Transcribe only part of the material below: the lines from the one containing "f 635 129 130" through the one containing "f 406 360 358", inclusive, exactly as written.

> Task input

• • •

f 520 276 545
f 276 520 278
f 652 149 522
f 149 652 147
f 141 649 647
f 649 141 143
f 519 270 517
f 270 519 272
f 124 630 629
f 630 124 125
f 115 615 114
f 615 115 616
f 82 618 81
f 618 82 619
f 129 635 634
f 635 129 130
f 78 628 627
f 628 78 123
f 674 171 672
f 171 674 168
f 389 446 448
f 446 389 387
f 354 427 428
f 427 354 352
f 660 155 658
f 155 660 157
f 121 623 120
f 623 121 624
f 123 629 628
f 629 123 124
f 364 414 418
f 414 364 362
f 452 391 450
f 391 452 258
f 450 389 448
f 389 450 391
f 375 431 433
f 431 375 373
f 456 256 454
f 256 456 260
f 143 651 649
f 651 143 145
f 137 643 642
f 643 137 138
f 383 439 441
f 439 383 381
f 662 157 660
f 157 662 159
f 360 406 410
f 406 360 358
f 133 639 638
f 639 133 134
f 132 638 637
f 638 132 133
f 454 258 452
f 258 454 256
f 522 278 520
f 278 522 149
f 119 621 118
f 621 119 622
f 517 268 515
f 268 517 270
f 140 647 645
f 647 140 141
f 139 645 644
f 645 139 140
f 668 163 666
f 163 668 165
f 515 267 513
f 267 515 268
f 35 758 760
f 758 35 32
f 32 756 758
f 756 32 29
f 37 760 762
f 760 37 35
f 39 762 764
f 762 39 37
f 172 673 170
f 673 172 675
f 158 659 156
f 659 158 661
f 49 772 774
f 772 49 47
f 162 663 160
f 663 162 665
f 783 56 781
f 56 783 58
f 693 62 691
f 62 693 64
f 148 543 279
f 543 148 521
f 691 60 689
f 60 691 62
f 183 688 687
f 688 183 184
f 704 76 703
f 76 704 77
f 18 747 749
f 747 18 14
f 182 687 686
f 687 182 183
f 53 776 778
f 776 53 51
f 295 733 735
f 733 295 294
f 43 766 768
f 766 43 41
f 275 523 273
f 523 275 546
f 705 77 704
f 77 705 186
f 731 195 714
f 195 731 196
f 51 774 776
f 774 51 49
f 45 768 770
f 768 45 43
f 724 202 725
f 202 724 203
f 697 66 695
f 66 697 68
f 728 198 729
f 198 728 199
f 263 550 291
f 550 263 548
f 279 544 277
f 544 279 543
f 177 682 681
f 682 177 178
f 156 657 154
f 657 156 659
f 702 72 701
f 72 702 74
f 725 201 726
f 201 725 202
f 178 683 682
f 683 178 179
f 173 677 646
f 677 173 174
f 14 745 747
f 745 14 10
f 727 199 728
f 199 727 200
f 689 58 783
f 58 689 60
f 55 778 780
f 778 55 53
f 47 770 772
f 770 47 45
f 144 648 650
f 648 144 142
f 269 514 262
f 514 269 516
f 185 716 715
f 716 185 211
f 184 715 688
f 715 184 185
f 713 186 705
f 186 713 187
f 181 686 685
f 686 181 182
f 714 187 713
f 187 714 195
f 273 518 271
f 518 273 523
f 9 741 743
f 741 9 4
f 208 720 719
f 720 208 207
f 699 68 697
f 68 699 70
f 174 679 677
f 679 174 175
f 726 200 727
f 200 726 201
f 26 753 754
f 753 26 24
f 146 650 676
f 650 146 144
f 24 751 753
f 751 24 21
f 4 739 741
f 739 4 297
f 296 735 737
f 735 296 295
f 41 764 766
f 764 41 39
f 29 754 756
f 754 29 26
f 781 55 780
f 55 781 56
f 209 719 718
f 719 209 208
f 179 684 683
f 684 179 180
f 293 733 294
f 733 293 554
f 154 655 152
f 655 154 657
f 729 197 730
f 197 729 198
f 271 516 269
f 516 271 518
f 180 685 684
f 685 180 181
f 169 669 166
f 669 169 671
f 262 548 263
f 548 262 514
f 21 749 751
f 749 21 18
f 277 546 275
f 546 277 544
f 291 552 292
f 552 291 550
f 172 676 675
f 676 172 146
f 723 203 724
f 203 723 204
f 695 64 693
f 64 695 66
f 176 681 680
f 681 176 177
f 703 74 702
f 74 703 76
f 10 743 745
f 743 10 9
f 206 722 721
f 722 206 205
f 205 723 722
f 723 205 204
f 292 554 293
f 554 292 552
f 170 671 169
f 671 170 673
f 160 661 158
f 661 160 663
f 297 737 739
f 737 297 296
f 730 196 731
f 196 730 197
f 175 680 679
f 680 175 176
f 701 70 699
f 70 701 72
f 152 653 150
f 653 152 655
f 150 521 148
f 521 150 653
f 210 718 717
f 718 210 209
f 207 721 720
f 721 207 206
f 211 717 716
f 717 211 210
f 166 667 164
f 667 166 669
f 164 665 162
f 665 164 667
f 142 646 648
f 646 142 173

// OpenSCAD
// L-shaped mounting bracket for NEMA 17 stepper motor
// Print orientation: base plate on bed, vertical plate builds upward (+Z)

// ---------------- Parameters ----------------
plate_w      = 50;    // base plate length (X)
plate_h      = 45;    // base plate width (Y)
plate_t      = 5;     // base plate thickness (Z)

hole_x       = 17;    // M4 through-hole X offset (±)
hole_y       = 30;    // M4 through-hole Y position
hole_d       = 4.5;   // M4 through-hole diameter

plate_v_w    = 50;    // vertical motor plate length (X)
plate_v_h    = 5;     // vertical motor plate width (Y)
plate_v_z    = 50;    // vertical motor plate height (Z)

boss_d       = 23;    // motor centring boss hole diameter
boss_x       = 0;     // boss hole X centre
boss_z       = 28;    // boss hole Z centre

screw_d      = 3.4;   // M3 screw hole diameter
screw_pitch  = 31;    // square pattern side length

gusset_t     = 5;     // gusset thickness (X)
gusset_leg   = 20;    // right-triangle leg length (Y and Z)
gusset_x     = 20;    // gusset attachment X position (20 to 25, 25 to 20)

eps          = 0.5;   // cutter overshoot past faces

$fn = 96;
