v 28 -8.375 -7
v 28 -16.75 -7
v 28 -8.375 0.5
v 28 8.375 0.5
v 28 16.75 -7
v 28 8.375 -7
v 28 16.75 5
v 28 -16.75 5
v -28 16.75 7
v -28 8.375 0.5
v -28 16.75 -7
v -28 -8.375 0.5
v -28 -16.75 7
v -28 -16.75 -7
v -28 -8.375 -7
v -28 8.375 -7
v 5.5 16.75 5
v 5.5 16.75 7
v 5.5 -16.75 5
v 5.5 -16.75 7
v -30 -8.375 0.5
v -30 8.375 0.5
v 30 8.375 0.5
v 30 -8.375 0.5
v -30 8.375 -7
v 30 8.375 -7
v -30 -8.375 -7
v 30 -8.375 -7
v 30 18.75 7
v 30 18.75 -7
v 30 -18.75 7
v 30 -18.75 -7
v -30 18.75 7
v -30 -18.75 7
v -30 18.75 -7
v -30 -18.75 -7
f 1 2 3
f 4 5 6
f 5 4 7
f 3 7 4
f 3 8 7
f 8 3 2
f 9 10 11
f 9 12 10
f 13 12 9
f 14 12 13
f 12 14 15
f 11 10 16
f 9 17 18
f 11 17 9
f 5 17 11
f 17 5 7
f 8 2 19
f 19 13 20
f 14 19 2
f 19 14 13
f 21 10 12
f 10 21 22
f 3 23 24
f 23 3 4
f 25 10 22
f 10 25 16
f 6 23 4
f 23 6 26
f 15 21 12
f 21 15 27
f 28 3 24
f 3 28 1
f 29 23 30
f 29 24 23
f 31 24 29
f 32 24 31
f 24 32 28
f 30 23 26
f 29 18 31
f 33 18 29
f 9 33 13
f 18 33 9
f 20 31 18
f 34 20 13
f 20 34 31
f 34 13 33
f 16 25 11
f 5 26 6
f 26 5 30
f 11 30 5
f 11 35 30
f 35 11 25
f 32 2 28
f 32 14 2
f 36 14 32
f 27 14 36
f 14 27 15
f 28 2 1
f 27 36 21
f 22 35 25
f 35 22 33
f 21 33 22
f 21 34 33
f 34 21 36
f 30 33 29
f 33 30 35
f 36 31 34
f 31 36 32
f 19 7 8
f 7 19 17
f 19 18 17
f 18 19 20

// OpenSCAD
length = 56;
width = 33.5;
depth = 12;
prodWidth = 2;

outerLength = length + (prodWidth*2);
outerWidth = width + (prodWidth*2);
outerDepth = depth + (prodWidth);

module main()  {  
   casing_offset = 1; 
    
    //sub cover
                translate([35/2, 0, depth/2]) {
                    cube([24, outerWidth, prodWidth], true); 
                } 
                
     module lid() {   
        ///  lid
        difference() {
            union() {
                
                
                //backing inner
                translate([0, 0, prodWidth-depth]) {
                    cube([length, width, prodWidth], true);  
                }  
                //backing
                translate([0, 0, -depth]) {
                    cube([outerLength, outerWidth, prodWidth], true); 
                } 
            }
           
        }
    }
    
    module case() {    
        difference() {
            union() {
                
                //main
                cube([outerLength, outerWidth, outerDepth], true);  
                
                
                
            }
            
            union() {
                
                // logo
//                translate([50, prodWidth+15.5, prodWidth+height+4]) {
//                    scale([0.08, 0.08, 0.01]) {
//                        surface(file = "falcon.png", center = true, invert = true);
//                    }
//                }
                
                // cavity
                translate([0, 0, 0]) {
                    cube([length, width, depth+5], true);  
                }  
                
                translate([0, 0, -8]) {
                    cube([length+10, width/2, depth+5], true);  
                }  
                
            }
            
        }
    }
   

   case();
   //lid();

}

main();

• • •

> Expected output
f 635 129 130
f 78 628 627
f 628 78 123
f 674 171 672
f 171 674 168
f 389 446 448
f 446 389 387
f 354 427 428
f 427 354 352
f 660 155 658
f 155 660 157
f 121 623 120
f 623 121 624
f 123 629 628
f 629 123 124
f 364 414 418
f 414 364 362
f 452 391 450
f 391 452 258
f 450 389 448
f 389 450 391
f 375 431 433
f 431 375 373
f 456 256 454
f 256 456 260
f 143 651 649
f 651 143 145
f 137 643 642
f 643 137 138
f 383 439 441
f 439 383 381
f 662 157 660
f 157 662 159
f 360 406 410
f 406 360 358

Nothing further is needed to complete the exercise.